A lot of the technology needed to enable the IoE is well established. There are already millions of devices that are connected through the internet; however, that is still only a small percentage of the total number of devices already in service around the world.
Adding connectivity to everything is physically within our grasp; IPv6 supports enough capacity for every star in the known universe to have 4.8 trillion addresses. This inconceivably large number marks the first step towards ubiquitous connectivity, but there is a long way to go. New processors will be needed that perfectly match the wide-ranging requirements of the IoE, new sensor technology will be required to bridge the gap between our real world and the digital domain, and increased levels of security must be developed to protect against malicious and inadvertent network intrusion.

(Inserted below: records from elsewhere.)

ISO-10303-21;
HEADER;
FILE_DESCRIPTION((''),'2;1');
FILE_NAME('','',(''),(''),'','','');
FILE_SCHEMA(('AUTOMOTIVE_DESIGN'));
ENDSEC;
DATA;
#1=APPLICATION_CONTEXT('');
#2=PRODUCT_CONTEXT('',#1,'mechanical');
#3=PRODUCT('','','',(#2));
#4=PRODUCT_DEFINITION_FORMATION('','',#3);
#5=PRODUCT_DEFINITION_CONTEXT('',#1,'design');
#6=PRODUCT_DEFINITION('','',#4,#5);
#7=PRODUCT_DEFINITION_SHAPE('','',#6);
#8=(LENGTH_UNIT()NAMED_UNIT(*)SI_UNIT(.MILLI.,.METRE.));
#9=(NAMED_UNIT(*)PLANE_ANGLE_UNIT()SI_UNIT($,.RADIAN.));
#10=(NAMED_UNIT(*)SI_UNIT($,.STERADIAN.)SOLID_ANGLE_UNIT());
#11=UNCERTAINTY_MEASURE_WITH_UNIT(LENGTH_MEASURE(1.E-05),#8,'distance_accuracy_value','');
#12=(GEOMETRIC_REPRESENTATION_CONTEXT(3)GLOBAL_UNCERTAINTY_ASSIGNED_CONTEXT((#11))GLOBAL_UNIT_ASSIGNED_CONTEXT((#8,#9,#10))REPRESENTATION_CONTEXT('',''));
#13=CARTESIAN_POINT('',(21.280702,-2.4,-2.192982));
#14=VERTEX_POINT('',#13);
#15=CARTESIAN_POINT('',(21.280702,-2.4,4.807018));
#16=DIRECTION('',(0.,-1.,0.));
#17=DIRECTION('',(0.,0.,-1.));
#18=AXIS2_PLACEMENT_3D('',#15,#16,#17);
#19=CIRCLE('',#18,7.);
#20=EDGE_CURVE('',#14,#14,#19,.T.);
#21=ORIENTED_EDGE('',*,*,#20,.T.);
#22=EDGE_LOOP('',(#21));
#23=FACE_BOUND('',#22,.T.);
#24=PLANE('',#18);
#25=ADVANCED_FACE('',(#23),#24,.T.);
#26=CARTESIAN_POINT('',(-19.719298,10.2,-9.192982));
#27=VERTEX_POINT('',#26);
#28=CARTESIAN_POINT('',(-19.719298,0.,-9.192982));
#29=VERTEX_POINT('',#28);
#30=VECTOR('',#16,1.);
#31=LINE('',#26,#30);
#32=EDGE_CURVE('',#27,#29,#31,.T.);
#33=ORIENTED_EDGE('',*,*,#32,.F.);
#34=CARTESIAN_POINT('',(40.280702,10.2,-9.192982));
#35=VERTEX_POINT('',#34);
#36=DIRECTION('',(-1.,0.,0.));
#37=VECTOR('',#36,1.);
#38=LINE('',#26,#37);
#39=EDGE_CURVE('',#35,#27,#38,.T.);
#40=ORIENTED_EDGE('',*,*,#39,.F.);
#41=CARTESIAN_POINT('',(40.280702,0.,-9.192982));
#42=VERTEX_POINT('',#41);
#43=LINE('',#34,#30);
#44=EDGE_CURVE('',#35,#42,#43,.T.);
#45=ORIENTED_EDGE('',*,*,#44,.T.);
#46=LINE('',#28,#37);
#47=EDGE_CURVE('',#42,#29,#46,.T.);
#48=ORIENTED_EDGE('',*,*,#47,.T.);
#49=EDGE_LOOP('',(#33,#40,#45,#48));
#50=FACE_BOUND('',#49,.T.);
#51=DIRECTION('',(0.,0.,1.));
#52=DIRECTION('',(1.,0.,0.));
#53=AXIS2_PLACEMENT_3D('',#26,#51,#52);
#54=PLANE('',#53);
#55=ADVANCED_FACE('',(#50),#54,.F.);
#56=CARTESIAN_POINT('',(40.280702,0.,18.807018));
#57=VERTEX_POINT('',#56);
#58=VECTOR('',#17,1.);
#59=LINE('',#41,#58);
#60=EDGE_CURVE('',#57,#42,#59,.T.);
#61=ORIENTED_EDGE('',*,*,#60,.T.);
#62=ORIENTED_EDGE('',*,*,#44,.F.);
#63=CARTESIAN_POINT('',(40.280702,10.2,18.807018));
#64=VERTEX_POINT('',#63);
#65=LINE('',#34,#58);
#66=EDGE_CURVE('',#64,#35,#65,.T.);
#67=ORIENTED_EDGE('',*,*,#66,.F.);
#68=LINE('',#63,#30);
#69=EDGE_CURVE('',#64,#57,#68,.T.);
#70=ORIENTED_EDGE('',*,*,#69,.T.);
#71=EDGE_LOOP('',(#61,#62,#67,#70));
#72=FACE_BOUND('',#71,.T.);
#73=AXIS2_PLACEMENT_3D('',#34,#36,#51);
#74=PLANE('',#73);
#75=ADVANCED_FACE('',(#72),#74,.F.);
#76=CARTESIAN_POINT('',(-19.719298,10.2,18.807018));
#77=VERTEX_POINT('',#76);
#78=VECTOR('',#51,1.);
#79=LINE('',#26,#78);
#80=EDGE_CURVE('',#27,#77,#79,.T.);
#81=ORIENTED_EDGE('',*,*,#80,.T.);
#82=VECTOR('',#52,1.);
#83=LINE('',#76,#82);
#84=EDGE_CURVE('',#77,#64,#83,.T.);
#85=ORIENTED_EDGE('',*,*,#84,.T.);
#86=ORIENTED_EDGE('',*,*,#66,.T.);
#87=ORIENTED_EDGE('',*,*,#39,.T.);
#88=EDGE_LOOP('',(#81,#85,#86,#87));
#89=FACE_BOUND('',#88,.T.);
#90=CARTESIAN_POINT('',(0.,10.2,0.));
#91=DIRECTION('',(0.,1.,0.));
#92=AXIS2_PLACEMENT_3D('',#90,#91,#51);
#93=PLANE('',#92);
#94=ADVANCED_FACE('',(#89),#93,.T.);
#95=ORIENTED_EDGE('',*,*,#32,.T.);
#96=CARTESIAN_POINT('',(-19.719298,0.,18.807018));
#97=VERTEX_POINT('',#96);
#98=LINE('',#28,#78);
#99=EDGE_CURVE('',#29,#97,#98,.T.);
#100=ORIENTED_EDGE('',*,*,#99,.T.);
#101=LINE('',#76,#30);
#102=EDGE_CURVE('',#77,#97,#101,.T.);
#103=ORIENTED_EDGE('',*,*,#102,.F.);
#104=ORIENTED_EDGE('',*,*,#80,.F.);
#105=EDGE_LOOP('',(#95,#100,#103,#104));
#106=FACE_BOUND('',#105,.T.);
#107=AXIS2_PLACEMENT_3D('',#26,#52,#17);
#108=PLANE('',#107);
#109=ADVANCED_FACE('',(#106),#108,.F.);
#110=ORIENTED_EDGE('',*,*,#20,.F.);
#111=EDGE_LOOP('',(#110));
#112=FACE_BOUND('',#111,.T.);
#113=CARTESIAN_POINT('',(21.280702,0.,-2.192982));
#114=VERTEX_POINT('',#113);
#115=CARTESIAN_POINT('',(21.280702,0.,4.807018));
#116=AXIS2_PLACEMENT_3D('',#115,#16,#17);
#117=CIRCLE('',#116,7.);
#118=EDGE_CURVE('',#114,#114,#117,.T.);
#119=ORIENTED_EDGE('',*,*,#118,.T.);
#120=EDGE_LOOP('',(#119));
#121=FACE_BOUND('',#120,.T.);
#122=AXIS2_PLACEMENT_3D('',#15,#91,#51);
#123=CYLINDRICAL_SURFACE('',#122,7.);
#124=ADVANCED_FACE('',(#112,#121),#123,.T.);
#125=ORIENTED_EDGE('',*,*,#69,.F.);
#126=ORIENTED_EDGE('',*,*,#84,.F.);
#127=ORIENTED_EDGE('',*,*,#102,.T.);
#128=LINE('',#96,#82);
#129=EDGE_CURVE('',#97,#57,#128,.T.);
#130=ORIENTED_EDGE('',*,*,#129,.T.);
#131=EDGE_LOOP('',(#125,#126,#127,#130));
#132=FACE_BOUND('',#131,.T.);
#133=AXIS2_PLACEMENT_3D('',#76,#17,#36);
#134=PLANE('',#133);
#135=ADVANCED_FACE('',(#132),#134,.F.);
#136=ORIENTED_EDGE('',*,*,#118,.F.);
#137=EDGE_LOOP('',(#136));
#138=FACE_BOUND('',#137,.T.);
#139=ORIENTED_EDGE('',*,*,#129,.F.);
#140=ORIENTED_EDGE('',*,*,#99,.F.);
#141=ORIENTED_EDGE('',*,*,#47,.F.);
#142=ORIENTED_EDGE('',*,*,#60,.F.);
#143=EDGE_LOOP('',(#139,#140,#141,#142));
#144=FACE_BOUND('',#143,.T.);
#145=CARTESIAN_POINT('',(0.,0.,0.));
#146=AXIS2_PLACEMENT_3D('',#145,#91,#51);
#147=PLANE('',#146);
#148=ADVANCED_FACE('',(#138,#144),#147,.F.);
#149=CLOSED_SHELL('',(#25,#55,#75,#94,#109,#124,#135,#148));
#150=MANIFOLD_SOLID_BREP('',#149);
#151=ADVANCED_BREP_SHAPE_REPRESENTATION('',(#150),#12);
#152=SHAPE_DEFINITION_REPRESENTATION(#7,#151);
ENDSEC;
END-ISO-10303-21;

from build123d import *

# Parameters (mm, degrees)
SKETCH_2_W      = 60
SKETCH_2_H      = 28
EXTRUDE_1_DEPTH = 10.2
SKETCH_3_R      = 7
EXTRUDE_2_DEPTH = 2.4


with BuildPart() as part:
    # 草图2 → 凸台-拉伸1 (new body)
    with BuildSketch(Plane(origin=(0, 0, 0), x_dir=(1, 0, 0), z_dir=(0, 1, 0))):
        with Locations((10.280701754, -4.807017544)):
            Rectangle(SKETCH_2_W, SKETCH_2_H)
    extrude(amount=EXTRUDE_1_DEPTH)

    # 草图3 → 凸台-拉伸2 (add)
    with BuildSketch(Plane.XZ):
        with Locations((21.280701754, 4.807017544)):
            Circle(SKETCH_3_R)
    extrude(amount=EXTRUDE_2_DEPTH)


solid = part.part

All of this remains to be done, but it will not end there. Once the IoE infrastructure is established, it will offer opportunity for new use cases, specifically within the medical market. The potential for innovation in healthcare devices is, as yet, untapped, but it promises huge benefits for patients and healthcare professionals, not to mention the entire medical industry.
The power of the IoE isn’t necessarily in what we can imagine today but what we haven’t even begun to explore. The rate of adoption for preventative medicine will inevitably be accelerated through financial incentives, but it is highly likely that the vast majority of people will see the benefits long before any monetary gain. Thanks to the IoE, we can all look forward to a longer and happier life.